Collected data:
###

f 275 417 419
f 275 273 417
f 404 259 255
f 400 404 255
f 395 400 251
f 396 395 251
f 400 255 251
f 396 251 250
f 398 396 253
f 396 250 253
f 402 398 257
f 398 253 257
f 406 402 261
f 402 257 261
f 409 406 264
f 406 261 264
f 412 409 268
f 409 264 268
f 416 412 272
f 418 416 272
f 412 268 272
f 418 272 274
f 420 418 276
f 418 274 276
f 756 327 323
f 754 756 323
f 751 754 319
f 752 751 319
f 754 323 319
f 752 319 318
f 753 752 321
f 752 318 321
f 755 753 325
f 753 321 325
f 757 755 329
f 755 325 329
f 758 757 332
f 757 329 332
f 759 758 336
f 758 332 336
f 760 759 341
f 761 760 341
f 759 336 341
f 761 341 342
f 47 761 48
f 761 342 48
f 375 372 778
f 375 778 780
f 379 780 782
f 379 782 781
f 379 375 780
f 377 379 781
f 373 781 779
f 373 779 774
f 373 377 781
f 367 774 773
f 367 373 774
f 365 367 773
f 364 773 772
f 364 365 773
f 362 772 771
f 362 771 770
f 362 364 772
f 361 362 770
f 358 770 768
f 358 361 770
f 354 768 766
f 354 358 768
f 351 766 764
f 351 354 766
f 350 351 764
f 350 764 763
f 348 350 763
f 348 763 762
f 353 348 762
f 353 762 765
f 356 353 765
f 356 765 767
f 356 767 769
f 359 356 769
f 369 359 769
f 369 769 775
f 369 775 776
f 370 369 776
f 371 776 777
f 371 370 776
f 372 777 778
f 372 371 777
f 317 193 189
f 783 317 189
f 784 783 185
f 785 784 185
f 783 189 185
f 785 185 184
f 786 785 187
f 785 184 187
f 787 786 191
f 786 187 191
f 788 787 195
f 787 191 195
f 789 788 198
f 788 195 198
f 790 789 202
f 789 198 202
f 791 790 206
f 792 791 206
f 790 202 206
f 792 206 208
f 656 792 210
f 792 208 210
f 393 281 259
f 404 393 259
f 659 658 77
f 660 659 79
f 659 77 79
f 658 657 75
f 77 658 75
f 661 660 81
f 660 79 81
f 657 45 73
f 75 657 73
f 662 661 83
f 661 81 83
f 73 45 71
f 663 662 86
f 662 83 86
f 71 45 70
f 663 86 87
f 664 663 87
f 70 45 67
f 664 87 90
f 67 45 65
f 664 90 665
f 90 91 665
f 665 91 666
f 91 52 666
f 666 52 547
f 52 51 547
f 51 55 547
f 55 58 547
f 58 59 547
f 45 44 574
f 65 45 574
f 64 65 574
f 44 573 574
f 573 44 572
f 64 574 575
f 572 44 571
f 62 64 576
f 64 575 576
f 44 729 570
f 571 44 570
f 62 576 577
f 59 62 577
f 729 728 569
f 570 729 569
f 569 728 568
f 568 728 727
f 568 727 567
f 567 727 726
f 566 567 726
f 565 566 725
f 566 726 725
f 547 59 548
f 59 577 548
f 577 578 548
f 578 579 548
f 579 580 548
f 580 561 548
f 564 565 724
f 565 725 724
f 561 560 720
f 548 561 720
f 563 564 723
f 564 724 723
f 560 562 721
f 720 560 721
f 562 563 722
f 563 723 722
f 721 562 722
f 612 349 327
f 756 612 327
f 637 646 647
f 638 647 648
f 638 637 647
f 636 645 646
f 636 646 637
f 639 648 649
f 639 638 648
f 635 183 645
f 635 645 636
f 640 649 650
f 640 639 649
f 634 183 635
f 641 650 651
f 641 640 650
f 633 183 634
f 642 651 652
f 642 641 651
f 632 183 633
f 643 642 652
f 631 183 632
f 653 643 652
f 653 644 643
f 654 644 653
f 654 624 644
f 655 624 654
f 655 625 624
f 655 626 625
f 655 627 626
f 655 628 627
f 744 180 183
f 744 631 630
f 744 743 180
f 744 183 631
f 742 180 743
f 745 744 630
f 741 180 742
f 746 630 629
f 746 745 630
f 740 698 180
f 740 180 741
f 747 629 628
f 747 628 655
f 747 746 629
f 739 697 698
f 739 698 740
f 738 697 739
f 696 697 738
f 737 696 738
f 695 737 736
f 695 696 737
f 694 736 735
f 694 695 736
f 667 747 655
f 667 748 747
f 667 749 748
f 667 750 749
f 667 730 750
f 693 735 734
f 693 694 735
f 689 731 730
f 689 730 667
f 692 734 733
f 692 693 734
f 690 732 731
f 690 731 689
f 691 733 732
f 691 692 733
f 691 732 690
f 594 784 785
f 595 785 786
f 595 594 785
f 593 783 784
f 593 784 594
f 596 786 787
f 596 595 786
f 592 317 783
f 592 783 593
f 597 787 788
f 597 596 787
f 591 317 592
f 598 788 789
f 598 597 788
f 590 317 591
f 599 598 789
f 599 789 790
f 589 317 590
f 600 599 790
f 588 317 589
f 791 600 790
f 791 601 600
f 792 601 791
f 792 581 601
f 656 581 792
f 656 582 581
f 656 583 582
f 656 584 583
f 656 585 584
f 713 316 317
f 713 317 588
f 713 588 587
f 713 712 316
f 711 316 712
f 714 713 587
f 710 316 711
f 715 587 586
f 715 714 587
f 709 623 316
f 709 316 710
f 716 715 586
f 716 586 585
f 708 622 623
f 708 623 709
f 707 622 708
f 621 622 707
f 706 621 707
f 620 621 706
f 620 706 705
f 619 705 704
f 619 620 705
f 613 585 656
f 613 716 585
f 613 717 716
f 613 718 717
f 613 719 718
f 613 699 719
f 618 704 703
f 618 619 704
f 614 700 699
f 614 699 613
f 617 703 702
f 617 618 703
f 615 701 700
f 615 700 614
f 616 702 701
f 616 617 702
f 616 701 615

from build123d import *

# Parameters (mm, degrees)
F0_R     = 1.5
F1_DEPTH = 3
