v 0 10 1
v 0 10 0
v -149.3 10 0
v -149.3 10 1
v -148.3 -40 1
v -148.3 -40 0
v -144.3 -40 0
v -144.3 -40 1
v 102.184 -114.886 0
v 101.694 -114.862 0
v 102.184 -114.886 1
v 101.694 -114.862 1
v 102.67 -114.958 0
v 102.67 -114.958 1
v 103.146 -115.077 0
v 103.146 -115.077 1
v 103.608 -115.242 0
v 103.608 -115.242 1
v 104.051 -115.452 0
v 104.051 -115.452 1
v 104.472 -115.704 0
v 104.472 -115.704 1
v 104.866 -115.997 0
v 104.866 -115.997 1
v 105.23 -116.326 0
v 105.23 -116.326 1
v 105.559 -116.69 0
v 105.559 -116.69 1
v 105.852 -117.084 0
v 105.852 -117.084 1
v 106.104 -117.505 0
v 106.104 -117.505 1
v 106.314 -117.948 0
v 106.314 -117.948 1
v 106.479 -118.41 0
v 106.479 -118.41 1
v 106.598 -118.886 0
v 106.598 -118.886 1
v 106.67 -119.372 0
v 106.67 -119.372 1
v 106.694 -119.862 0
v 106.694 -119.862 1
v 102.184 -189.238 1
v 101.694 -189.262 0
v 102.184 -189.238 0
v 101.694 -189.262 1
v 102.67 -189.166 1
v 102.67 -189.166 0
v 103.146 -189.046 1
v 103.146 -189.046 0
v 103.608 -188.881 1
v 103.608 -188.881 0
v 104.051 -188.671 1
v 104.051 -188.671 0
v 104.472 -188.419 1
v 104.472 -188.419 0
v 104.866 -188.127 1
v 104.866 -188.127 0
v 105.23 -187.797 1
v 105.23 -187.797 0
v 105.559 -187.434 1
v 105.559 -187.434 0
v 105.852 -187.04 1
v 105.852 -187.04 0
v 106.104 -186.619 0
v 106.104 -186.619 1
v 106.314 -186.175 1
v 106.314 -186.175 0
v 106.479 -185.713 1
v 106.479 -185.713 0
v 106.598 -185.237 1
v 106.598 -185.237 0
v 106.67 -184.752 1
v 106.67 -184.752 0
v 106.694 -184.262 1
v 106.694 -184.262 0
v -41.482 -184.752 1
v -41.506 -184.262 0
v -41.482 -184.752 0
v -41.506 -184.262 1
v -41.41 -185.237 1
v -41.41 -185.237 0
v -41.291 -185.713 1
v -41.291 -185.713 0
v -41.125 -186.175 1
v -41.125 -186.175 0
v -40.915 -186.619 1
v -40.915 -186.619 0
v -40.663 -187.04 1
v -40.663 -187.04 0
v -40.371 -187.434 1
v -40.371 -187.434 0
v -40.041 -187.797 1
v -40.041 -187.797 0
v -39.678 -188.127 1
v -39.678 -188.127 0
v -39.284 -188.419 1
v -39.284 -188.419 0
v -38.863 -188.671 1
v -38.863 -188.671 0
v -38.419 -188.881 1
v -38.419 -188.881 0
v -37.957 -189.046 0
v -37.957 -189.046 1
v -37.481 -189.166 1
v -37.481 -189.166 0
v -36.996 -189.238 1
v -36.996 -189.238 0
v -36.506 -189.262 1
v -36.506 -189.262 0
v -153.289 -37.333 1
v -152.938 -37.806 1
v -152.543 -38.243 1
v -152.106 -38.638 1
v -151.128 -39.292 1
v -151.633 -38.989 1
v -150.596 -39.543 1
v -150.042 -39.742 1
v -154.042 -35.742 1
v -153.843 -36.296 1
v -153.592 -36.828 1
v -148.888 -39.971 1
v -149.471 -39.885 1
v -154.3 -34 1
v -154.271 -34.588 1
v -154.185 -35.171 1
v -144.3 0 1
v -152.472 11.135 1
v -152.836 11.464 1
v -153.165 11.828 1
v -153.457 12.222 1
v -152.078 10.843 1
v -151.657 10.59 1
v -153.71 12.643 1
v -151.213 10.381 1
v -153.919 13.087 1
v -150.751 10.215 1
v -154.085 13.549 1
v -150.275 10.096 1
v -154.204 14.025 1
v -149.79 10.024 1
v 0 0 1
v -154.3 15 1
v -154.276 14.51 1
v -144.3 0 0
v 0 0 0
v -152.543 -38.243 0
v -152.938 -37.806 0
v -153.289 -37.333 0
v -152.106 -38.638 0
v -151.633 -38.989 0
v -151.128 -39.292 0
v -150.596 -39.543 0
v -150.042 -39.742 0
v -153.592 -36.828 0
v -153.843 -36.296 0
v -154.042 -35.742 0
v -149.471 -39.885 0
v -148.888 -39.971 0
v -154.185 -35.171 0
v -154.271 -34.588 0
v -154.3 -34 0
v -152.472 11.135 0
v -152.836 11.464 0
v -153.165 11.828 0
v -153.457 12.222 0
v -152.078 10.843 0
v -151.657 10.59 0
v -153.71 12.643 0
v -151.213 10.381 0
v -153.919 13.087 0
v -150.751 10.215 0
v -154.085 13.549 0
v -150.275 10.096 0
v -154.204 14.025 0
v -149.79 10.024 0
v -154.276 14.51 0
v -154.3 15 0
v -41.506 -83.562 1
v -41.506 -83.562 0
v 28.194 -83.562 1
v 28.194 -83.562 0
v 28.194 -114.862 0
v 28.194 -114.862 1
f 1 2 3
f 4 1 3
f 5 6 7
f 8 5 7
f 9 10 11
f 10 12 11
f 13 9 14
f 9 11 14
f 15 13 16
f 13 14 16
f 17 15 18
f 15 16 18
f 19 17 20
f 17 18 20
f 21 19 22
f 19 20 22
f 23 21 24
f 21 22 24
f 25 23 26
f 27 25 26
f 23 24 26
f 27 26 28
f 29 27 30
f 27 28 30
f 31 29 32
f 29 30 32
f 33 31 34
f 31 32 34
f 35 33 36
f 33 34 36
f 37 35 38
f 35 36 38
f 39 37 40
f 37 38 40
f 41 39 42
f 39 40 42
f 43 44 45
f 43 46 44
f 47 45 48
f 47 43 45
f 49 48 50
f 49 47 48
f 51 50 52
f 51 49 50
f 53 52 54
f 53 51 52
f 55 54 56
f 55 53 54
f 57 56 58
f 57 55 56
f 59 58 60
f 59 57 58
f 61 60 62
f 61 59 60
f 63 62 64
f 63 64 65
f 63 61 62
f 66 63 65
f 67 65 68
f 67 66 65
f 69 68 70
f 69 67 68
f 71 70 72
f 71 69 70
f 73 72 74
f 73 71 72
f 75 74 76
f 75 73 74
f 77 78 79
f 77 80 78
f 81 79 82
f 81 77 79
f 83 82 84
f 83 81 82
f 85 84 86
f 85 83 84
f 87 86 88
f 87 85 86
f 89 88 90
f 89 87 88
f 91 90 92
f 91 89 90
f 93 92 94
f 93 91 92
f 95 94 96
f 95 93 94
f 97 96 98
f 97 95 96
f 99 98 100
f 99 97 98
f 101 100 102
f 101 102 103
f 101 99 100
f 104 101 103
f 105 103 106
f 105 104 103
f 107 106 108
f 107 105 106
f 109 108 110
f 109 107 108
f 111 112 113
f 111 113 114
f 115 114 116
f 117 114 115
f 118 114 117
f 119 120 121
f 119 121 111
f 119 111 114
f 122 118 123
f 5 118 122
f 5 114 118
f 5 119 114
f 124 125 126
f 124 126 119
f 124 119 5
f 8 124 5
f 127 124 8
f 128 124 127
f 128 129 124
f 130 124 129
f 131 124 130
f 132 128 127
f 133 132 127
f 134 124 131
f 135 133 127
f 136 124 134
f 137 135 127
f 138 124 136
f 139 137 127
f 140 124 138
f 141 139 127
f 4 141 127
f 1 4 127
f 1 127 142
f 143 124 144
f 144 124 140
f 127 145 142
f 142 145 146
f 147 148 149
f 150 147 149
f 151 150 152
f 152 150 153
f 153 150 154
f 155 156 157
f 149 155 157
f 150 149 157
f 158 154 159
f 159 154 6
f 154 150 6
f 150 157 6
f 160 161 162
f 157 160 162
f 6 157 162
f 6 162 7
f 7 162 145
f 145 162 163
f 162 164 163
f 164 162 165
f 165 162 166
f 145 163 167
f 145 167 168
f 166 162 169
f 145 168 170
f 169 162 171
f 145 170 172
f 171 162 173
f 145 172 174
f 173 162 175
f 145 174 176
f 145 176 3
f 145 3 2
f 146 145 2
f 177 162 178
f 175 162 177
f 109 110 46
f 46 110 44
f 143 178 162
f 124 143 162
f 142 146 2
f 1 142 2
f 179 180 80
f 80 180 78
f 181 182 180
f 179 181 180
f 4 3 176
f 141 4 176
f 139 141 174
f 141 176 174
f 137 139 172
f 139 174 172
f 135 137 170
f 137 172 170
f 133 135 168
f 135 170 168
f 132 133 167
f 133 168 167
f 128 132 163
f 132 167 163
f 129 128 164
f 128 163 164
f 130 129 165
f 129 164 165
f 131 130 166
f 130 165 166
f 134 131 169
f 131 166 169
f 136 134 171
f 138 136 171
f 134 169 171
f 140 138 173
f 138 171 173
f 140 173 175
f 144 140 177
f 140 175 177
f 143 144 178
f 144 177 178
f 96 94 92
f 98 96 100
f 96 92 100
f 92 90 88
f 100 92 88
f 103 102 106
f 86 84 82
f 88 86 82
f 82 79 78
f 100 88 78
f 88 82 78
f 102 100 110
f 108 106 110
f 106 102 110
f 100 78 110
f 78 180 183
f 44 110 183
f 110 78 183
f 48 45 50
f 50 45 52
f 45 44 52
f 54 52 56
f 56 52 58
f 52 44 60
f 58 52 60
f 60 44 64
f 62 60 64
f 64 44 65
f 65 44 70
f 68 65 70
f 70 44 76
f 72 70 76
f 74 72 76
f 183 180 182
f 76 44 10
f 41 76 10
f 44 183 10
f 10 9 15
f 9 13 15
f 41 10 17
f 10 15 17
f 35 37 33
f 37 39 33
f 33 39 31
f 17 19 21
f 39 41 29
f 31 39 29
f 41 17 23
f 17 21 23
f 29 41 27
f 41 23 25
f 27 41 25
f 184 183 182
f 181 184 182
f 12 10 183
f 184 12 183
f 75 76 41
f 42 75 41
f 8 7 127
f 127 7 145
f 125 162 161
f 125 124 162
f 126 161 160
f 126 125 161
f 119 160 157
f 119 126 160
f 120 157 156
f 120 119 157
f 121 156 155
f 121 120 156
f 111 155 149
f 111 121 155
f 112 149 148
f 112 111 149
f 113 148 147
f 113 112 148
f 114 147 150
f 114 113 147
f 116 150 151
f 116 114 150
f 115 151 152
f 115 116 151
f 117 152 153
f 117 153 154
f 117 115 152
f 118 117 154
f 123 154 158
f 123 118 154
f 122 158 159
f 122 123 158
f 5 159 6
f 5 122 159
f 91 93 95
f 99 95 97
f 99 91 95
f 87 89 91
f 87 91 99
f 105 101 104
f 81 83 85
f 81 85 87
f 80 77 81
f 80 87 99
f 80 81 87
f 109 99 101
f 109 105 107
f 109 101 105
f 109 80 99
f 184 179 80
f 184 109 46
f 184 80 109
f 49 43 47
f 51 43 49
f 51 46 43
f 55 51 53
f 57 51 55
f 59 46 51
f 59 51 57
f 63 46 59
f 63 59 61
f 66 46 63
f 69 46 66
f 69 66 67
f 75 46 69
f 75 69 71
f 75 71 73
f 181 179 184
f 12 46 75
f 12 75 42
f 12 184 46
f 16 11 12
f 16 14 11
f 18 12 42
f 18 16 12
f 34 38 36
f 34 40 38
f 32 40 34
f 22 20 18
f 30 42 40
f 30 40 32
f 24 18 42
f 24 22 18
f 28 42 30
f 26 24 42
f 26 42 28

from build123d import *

# Parameters (mm, degrees)
F0_W     = 10
F0_H     = 40
F1_DEPTH = 1
F2_DEPTH = 1
F3_R     = 5
F4_R     = 6


with BuildPart() as f1:
    # F0 (on Top) → F1 (new body)
    with BuildSketch(Plane.XY):
        Polygon((-149.3, 10), (-154.3, 10), (-154.3, 0), (-144.3, 0), (0, 0), (0, 10), align=None)
        with BuildLine():
            Line((-154.3, 15), (-154.3, 10))
            Line((-154.3, 10), (-149.3, 10))
            ThreePointArc((-149.3, 10), (-152.835534, 11.464466), (-154.3, 15))
        make_face()
        with Locations((-149.3, -20)):
            Rectangle(F0_W, F0_H)
    extrude(amount=F1_DEPTH)

    # F4
    f4_edges = [f1.edges().sort_by_distance(p)[0] for p in [
        (-154.3, -40, 0.5),
    ]]
    fillet(f4_edges, radius=F4_R)


with BuildPart() as f2:
    # F0 (on Top) → F2 (new body)
    with BuildSketch(Plane.XY):
        Polygon((106.69418, -114.861763), (28.19418, -114.861763), (28.19418, -83.561763), (-41.50582, -83.561763), (-41.50582, -189.261763), (106.69418, -189.261763), align=None)
    extrude(amount=F2_DEPTH)

    # F3
    f3_edges = [f2.edges().sort_by_distance(p)[0] for p in [
        (-41.50582, -189.261763, 0.5),
        (106.69418, -189.261763, 0.5),
        (106.69418, -114.861763, 0.5),
    ]]
    fillet(f3_edges, radius=F3_R)


solid = Compound([f1.part, f2.part])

###

▶ Problem details
Go to the line with "v -41.41 -185.237 1" in the entries above and repeat every line from there through the line with "v -154.204 14.025 1", exactly and with no other text.

▶ Written solution
v -41.41 -185.237 1
v -41.41 -185.237 0
v -41.291 -185.713 1
v -41.291 -185.713 0
v -41.125 -186.175 1
v -41.125 -186.175 0
v -40.915 -186.619 1
v -40.915 -186.619 0
v -40.663 -187.04 1
v -40.663 -187.04 0
v -40.371 -187.434 1
v -40.371 -187.434 0
v -40.041 -187.797 1
v -40.041 -187.797 0
v -39.678 -188.127 1
v -39.678 -188.127 0
v -39.284 -188.419 1
v -39.284 -188.419 0
v -38.863 -188.671 1
v -38.863 -188.671 0
v -38.419 -188.881 1
v -38.419 -188.881 0
v -37.957 -189.046 0
v -37.957 -189.046 1
v -37.481 -189.166 1
v -37.481 -189.166 0
v -36.996 -189.238 1
v -36.996 -189.238 0
v -36.506 -189.262 1
v -36.506 -189.262 0
v -153.289 -37.333 1
v -152.938 -37.806 1
v -152.543 -38.243 1
v -152.106 -38.638 1
v -151.128 -39.292 1
v -151.633 -38.989 1
v -150.596 -39.543 1
v -150.042 -39.742 1
v -154.042 -35.742 1
v -153.843 -36.296 1
v -153.592 -36.828 1
v -148.888 -39.971 1
v -149.471 -39.885 1
v -154.3 -34 1
v -154.271 -34.588 1
v -154.185 -35.171 1
v -144.3 0 1
v -152.472 11.135 1
v -152.836 11.464 1
v -153.165 11.828 1
v -153.457 12.222 1
v -152.078 10.843 1
v -151.657 10.59 1
v -153.71 12.643 1
v -151.213 10.381 1
v -153.919 13.087 1
v -150.751 10.215 1
v -154.085 13.549 1
v -150.275 10.096 1
v -154.204 14.025 1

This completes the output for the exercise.